One plate is rigid while the other is moveable. As sound waves strike the movable plate, the distance between the two plates will vary, varying the capacitance of the microphone.
The varying capacitance of the microphone causes a reproduction of the audio signal similar in frequency and amplitude. The condenser microphone is very sensitive when compared to other types of microphones.
Velocity Microphone
A high-quality microphone, called a velocity microphone, is made by suspending a corrugated ribbon of metal in a magnetic field.
Sound waves directly striking the ribbon cause the ribbon to vibrate. As the ribbon cuts the magnetic field, a voltage is induced.
Proper connections at the ends of the ribbon bring the voltage out to terminals. This voltage varies according to the frequency and amplitude of the incoming sound waves.
The velocity microphone is a somewhat delicate microphone with a response above 12,000 Hz. When using this microphone, the speaker must speak across its face or stand about 18 inches away. Otherwise, a “booming” effect is created.
Modulation
When you turn on the radio or TV, you expect to hear music and voices you understand. The signals of the CW transmitter mean nothing to the average person.
To make an understandable message, an audio wave is combined, or superimposed, on a carrier wave. See Figure 13.
The process of combining an audio wave with a carrier wave is called modulation.
Sound waves are converted by microphones into electrical waves, amplified, and then combined with the CW radio wave.
Figure 13. Carrier waves and resulting modulated waves.
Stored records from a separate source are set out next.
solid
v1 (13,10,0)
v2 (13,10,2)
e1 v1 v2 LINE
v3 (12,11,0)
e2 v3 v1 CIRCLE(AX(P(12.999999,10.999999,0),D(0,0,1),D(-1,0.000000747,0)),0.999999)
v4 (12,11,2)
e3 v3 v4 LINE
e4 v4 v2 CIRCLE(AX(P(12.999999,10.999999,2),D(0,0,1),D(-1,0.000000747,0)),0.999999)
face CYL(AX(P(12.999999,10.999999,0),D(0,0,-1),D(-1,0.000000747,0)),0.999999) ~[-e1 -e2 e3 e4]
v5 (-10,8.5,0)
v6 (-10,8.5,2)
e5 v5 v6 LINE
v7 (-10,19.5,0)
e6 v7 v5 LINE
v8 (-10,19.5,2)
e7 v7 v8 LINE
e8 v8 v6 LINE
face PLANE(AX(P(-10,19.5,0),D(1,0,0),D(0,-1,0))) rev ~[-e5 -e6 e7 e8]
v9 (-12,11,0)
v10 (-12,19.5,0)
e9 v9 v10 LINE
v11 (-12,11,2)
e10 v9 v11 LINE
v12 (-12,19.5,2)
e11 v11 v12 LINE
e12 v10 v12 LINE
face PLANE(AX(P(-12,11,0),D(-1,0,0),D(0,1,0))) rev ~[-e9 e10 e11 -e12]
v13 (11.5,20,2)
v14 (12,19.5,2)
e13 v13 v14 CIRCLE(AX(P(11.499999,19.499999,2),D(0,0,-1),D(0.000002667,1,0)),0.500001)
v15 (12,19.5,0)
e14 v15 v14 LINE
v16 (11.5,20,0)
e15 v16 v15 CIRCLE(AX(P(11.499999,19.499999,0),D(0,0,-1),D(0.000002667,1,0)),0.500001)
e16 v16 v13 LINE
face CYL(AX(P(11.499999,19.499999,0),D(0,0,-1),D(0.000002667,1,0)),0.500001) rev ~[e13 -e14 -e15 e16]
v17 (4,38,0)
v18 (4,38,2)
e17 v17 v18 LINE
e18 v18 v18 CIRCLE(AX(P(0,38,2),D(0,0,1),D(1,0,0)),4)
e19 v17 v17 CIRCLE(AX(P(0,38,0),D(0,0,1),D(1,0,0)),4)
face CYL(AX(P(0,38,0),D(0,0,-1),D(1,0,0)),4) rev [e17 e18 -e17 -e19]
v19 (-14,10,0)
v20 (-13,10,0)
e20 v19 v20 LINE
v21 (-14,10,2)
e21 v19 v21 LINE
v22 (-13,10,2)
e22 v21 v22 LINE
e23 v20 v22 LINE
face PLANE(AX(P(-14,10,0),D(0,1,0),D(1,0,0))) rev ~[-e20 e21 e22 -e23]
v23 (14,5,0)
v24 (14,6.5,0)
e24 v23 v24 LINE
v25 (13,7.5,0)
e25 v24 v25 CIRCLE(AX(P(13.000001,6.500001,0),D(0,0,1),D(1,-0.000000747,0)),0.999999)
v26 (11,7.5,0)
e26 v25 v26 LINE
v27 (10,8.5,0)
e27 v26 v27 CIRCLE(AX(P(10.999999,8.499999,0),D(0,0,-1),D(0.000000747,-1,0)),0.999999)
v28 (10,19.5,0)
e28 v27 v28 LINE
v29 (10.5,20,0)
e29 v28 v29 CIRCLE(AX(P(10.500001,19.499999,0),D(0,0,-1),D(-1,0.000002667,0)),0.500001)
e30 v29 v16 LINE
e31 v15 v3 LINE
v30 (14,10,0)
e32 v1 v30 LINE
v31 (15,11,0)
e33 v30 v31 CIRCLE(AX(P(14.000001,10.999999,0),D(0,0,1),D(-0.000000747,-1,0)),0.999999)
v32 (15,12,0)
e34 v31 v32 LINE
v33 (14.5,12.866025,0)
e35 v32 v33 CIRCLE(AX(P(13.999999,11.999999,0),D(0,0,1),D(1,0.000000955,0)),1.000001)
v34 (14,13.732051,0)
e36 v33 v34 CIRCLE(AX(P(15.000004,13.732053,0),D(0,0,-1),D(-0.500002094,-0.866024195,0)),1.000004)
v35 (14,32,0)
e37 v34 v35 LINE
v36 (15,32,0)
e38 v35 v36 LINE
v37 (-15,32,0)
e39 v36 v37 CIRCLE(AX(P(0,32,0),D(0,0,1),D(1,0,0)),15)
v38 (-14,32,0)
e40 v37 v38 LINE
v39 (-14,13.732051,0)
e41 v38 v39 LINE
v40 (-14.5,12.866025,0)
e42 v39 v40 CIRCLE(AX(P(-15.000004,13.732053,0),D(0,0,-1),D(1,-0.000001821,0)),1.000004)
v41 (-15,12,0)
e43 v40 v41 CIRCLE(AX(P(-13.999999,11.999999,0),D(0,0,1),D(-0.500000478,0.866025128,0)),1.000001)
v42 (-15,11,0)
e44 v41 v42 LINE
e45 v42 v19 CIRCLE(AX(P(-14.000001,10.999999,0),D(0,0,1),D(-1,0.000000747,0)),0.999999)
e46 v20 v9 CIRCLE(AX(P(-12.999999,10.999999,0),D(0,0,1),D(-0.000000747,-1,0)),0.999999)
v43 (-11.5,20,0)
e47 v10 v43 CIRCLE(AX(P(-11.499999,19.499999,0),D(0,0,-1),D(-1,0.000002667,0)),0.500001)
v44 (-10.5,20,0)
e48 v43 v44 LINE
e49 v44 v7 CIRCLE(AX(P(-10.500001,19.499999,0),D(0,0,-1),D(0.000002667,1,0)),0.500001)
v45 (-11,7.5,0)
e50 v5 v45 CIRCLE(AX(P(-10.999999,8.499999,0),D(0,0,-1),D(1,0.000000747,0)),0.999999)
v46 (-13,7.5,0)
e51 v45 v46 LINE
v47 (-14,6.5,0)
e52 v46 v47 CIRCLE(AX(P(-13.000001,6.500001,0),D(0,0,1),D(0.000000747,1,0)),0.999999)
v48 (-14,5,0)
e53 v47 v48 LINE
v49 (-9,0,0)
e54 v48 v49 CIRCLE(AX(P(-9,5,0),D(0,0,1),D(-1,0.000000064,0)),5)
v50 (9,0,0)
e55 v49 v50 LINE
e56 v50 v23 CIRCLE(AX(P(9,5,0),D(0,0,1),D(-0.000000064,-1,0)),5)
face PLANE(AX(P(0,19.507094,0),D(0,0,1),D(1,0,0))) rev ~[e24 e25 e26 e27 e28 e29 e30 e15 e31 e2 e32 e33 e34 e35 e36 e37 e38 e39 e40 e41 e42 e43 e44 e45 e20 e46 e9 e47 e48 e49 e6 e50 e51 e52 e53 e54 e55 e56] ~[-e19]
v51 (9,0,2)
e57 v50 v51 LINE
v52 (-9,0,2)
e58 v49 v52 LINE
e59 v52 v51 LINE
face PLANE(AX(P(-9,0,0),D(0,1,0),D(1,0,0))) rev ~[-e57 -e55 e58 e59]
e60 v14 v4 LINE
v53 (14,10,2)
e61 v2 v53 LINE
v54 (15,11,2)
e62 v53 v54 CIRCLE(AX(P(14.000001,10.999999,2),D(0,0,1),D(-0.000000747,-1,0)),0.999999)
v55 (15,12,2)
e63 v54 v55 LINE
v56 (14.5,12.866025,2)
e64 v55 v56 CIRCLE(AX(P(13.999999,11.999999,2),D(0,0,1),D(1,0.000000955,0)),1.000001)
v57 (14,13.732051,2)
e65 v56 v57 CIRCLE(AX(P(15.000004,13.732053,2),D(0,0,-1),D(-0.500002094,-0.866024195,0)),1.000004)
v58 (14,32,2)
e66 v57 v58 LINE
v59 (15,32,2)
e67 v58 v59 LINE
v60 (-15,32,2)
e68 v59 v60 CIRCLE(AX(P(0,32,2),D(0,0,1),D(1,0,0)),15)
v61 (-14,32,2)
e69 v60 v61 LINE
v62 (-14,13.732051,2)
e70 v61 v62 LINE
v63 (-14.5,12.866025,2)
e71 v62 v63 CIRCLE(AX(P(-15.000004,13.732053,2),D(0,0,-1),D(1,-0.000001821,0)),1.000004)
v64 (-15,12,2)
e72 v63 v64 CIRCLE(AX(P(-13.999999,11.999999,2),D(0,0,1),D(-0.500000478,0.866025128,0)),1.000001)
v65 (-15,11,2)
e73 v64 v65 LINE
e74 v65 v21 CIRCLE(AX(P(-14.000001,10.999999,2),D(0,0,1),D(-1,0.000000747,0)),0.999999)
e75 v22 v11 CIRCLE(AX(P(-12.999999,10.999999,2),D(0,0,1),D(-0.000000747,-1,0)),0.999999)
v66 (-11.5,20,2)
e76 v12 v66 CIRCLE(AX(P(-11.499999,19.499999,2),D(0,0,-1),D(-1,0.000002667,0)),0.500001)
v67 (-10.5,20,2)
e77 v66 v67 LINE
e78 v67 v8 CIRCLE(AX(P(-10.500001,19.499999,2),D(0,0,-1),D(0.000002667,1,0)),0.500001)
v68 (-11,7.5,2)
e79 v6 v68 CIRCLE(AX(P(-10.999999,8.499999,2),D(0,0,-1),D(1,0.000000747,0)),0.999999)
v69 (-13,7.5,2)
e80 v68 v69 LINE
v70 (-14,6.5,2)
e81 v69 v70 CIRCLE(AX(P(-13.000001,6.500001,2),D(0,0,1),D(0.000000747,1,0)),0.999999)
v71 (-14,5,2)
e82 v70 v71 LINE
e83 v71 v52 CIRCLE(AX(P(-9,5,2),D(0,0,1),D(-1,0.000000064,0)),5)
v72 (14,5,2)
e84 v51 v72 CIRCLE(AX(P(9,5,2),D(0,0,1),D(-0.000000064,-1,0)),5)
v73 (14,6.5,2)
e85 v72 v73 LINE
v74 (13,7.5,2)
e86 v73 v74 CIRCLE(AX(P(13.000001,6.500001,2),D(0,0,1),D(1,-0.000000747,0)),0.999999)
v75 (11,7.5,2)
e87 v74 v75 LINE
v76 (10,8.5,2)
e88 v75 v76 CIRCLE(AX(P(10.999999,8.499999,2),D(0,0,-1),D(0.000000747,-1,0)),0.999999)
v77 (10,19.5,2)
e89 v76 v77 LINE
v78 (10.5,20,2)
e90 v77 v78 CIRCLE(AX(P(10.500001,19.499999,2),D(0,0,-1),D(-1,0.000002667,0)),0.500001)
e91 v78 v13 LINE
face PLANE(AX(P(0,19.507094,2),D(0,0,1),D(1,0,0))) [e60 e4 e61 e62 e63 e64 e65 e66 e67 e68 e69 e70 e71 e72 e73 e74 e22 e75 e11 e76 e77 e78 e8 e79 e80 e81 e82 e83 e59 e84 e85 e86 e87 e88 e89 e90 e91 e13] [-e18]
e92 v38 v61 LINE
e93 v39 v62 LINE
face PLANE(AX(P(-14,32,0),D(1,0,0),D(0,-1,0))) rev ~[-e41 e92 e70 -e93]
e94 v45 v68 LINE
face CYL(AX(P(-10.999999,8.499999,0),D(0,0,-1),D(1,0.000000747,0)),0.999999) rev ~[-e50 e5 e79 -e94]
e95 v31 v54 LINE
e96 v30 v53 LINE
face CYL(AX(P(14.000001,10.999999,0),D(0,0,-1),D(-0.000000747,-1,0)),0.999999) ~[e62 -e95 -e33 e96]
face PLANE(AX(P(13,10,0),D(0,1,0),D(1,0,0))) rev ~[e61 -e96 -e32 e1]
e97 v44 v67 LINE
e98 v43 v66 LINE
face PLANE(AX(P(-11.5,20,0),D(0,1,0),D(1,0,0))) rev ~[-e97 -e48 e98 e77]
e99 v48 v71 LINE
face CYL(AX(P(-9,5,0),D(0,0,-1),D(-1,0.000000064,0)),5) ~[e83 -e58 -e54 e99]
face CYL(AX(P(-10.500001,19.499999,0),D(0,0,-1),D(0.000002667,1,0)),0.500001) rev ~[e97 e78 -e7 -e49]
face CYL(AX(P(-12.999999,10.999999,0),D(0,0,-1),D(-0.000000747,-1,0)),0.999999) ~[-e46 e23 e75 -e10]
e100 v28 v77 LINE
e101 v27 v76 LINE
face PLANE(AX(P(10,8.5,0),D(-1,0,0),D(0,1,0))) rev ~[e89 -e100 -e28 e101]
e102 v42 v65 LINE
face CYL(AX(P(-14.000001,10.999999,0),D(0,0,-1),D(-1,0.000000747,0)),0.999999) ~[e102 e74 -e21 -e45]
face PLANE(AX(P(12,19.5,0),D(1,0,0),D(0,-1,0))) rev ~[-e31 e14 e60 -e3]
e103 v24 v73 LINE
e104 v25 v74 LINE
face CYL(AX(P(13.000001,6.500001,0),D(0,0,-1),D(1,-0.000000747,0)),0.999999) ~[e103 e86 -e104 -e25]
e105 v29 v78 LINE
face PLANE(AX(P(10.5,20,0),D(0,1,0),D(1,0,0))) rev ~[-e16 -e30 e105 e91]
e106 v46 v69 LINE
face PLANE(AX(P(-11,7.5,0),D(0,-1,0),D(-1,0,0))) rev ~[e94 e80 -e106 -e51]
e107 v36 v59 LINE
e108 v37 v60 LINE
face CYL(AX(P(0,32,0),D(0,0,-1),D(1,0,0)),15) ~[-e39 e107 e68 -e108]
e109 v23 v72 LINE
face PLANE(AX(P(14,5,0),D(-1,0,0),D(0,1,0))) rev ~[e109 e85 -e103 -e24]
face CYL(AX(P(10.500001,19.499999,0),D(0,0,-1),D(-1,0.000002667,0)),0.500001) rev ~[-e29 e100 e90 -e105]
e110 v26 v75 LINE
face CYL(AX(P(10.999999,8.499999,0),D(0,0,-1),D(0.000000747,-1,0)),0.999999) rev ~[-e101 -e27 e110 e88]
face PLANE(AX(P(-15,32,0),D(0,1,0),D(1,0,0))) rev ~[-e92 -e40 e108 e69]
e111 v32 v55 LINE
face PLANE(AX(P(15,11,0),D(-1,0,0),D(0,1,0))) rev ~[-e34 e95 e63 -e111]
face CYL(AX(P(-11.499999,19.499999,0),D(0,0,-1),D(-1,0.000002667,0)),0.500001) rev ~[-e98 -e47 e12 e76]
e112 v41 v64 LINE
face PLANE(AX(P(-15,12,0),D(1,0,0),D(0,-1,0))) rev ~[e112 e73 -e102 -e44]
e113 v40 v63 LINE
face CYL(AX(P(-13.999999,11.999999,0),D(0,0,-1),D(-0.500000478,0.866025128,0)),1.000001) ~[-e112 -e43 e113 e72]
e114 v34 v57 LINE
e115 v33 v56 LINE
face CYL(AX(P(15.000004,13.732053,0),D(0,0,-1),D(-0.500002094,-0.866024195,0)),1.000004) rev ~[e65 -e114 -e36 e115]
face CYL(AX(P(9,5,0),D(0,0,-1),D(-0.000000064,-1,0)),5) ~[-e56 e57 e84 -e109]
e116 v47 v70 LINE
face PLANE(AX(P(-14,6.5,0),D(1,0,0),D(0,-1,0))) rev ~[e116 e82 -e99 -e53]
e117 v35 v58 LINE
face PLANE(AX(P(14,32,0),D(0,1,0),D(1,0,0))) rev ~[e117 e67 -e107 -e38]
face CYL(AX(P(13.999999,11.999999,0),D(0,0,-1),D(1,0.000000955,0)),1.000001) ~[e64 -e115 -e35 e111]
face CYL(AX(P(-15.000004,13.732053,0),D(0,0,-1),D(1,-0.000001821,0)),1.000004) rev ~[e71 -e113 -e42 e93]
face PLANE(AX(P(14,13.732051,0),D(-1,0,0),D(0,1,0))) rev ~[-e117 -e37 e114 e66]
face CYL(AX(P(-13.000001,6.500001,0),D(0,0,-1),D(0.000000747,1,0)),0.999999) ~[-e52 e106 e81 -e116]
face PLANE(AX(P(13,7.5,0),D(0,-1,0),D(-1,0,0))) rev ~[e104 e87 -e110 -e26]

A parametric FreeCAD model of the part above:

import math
import FreeCAD as App
import Part
import Sketcher
Q = App.Units.Quantity

doc = App.newDocument("Part")
body = doc.addObject("PartDesign::Body", "Body")

# Sketch on XY plane
sketch1 = body.newObject("Sketcher::SketchObject", "Sketch")
sketch1.AttachmentSupport = (doc.getObject("XY_Plane"), [""])
sketch1.MapMode = "FlatFace"
sketch1.addGeometry([
    Part.ArcOfCircle(Part.Circle(App.Vector(-9, 5, 0), App.Vector(0, 0, 1), 5), math.radians(180), math.radians(270)),  # 0
    Part.LineSegment(App.Vector(-9, 0, 0), App.Vector(9, 0, 0)),  # 1
    Part.ArcOfCircle(Part.Circle(App.Vector(9, 5, 0), App.Vector(0, 0, 1), 5), math.radians(-90), math.radians(0)),  # 2
    Part.LineSegment(App.Vector(14, 5, 0), App.Vector(14, 6.5, 0)),  # 3
    Part.ArcOfCircle(Part.Circle(App.Vector(13, 6.5, 0), App.Vector(0, 0, 1), 1), math.radians(0), math.radians(90)),  # 4
    Part.LineSegment(App.Vector(13, 7.5, 0), App.Vector(11, 7.5, 0)),  # 5
    Part.ArcOfCircle(Part.Circle(App.Vector(11, 8.5, 0), App.Vector(0, 0, 1), 1), math.radians(180), math.radians(270)),  # 6
    Part.LineSegment(App.Vector(10, 8.5, 0), App.Vector(10, 19.5, 0)),  # 7
    Part.ArcOfCircle(Part.Circle(App.Vector(10.5, 19.5, 0), App.Vector(0, 0, 1), 0.5), math.radians(90), math.radians(180)),  # 8
    Part.LineSegment(App.Vector(10.5, 20, 0), App.Vector(11.5, 20, 0)),  # 9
A–Amplitude modulation, or AM. B–Frequency modulation, or FM.
Amplitude modulation occurs when the amplitude of the CW radio wave is made to vary at an audio frequency rate. Amplitude modulation is referred to as AM.
In a second method, the radio wave frequency is made to vary at an audio frequency rate. This is called frequency modulation or FM.
Part A shows the modulation of the amplitude of a carrier wave. Part B shows the modulation of the frequency of a carrier wave.